§ Exercise prompt
Read the records and gather each line that includes "amount".

Dataset records Block Start

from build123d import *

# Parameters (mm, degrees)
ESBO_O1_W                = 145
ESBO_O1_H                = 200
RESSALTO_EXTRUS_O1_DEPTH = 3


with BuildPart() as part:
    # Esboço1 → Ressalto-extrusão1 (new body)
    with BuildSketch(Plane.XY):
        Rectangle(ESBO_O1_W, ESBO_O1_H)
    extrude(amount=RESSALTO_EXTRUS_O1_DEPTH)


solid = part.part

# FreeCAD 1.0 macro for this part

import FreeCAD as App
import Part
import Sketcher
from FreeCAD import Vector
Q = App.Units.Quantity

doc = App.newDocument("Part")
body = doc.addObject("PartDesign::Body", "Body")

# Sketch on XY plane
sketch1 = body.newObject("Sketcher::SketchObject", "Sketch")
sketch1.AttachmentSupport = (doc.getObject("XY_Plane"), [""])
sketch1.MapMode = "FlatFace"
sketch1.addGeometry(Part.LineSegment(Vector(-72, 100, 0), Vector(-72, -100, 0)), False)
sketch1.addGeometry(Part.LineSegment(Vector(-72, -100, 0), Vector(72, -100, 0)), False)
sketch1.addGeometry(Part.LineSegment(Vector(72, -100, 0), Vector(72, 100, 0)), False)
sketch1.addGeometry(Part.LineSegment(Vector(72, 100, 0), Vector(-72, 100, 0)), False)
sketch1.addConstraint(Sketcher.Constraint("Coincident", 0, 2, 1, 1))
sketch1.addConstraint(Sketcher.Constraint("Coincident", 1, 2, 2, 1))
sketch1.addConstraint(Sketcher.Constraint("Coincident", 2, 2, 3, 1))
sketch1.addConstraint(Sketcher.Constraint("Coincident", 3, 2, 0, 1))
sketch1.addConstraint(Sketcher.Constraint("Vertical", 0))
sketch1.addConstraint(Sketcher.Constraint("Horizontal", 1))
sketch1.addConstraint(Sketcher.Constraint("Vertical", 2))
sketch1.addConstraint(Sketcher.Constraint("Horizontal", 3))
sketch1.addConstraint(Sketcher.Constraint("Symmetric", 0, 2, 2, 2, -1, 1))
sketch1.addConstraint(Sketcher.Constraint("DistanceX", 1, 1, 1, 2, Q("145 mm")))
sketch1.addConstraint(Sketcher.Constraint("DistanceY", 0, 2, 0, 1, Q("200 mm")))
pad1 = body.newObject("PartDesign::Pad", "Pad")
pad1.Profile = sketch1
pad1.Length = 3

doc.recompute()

Dataset records Block End
Dataset records Block Start

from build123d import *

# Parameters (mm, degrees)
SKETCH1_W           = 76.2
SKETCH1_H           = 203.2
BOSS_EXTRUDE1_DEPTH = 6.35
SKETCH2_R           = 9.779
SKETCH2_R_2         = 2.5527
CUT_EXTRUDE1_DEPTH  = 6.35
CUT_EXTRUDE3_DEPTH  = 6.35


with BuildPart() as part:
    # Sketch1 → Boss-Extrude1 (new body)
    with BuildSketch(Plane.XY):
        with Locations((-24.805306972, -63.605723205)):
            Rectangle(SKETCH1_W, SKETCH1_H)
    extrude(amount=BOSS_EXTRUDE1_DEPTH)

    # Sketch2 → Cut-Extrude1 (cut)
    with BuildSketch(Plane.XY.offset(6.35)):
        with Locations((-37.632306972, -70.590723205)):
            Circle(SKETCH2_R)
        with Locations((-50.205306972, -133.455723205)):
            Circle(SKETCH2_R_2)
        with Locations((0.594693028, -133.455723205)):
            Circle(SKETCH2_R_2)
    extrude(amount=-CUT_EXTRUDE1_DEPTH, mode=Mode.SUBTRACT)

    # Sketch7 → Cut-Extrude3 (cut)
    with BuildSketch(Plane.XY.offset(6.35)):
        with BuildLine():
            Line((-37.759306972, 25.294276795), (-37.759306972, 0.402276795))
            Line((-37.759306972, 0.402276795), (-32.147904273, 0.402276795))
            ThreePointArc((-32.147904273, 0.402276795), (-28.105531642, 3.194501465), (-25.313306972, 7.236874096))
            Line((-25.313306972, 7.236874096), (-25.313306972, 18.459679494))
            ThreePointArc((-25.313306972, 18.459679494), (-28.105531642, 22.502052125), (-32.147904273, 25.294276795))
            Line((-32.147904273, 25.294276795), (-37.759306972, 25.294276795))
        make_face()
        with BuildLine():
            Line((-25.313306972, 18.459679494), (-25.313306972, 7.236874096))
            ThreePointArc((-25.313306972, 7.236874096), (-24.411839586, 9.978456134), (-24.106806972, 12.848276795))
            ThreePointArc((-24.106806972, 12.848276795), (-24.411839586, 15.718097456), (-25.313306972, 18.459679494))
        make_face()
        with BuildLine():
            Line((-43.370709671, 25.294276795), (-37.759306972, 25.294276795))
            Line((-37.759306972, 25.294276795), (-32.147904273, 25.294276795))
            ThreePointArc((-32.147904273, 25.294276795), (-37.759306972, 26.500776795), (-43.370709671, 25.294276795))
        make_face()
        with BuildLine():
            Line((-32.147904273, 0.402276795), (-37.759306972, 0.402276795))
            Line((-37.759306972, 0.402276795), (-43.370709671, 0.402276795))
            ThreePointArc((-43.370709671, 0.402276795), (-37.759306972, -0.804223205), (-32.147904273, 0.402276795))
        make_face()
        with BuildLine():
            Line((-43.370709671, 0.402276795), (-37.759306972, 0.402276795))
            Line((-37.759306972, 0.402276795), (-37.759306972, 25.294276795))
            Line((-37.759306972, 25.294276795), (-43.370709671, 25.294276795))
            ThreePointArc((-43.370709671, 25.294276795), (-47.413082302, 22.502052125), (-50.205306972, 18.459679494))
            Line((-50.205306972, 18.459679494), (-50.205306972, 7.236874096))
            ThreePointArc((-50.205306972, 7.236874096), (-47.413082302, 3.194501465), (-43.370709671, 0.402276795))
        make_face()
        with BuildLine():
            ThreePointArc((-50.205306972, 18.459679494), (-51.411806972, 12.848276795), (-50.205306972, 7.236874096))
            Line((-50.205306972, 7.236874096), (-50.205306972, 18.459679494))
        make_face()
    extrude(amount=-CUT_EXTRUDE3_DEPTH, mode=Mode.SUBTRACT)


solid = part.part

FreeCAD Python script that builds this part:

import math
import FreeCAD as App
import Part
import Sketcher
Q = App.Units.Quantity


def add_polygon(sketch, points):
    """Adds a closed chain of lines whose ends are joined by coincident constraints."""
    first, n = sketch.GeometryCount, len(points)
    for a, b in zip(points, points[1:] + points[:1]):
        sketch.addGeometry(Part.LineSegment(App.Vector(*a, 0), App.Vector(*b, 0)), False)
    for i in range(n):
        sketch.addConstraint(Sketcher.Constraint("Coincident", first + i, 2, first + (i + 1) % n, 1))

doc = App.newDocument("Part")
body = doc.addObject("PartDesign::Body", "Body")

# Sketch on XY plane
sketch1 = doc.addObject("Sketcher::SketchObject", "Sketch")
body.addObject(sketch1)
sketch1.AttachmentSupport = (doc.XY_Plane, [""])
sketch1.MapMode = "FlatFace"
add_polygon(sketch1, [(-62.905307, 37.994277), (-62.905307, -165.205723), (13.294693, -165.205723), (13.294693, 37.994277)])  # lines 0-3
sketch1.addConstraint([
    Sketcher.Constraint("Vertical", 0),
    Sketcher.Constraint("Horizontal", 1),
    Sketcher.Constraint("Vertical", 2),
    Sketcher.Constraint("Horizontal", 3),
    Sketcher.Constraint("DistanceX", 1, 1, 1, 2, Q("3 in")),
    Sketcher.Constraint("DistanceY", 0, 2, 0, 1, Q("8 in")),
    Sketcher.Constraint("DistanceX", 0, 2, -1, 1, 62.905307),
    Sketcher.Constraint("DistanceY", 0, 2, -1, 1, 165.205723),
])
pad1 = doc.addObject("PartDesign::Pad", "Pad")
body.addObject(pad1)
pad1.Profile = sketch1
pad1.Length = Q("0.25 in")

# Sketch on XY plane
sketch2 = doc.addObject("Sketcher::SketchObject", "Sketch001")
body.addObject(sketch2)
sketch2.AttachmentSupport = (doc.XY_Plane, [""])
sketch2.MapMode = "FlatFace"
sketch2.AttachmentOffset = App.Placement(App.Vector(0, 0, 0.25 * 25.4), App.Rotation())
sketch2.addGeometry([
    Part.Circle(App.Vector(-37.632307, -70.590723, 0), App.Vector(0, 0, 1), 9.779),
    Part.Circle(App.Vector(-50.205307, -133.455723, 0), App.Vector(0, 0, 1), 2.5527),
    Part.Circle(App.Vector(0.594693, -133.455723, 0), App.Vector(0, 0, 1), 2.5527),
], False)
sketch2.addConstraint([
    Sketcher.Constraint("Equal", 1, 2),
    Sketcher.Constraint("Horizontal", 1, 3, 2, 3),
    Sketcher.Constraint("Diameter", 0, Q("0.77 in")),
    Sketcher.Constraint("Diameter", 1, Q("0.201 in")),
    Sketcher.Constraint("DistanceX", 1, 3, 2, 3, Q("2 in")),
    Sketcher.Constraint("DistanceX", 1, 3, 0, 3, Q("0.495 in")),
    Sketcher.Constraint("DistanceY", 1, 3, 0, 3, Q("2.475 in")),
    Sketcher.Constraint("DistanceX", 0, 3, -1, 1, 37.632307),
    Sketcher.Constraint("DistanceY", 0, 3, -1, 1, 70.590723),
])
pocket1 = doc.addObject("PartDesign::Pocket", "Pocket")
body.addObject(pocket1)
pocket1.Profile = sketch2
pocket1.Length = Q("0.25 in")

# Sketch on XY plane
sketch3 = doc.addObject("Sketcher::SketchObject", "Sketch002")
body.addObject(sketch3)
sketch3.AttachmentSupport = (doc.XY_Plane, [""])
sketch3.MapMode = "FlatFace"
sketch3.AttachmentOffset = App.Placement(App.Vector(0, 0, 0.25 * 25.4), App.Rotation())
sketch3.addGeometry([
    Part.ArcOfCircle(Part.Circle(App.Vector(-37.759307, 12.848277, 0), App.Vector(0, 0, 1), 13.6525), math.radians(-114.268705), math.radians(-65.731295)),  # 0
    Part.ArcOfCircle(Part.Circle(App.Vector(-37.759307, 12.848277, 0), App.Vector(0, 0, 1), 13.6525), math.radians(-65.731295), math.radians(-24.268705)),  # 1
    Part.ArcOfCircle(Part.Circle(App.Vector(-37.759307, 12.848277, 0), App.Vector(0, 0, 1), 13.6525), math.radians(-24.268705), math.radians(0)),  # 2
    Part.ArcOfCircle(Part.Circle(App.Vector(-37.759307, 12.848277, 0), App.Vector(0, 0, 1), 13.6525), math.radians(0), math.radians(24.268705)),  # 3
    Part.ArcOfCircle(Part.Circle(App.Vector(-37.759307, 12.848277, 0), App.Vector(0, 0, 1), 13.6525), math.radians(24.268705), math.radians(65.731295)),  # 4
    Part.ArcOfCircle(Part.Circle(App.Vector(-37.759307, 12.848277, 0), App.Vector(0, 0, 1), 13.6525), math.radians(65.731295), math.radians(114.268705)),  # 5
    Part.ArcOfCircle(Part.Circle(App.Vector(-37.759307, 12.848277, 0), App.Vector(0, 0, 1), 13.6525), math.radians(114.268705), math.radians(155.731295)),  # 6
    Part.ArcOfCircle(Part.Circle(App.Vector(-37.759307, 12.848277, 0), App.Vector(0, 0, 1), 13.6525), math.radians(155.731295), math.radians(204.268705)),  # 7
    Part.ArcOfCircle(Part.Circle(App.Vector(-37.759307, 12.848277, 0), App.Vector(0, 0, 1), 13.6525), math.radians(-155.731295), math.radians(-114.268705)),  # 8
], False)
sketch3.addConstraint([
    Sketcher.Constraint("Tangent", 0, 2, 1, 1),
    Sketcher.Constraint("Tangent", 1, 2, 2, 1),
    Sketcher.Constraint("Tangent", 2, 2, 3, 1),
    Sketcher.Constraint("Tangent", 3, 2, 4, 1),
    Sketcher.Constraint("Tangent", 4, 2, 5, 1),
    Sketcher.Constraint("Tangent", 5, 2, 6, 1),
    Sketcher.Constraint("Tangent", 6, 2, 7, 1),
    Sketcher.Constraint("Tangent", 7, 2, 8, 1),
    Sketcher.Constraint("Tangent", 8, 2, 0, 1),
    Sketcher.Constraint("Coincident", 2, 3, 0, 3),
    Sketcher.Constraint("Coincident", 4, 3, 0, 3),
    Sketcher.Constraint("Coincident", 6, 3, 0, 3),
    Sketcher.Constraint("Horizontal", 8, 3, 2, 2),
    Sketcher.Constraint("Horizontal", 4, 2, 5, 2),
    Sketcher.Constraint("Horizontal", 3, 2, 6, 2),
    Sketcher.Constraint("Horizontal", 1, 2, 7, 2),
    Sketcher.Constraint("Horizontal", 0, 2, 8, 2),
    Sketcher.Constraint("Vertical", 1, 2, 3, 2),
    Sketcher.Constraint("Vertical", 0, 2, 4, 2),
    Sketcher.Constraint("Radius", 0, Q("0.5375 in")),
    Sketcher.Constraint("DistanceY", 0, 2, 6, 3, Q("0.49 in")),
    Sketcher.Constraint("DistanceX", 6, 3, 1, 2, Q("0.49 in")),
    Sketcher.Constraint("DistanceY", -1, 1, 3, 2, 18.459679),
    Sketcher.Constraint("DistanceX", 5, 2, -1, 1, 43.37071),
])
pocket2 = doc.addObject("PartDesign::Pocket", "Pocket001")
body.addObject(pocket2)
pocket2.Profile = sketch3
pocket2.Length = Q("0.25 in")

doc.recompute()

Dataset records Block End

§ Final answer
    extrude(amount=RESSALTO_EXTRUS_O1_DEPTH)
    extrude(amount=BOSS_EXTRUDE1_DEPTH)
    extrude(amount=-CUT_EXTRUDE1_DEPTH, mode=Mode.SUBTRACT)
    extrude(amount=-CUT_EXTRUDE3_DEPTH, mode=Mode.SUBTRACT)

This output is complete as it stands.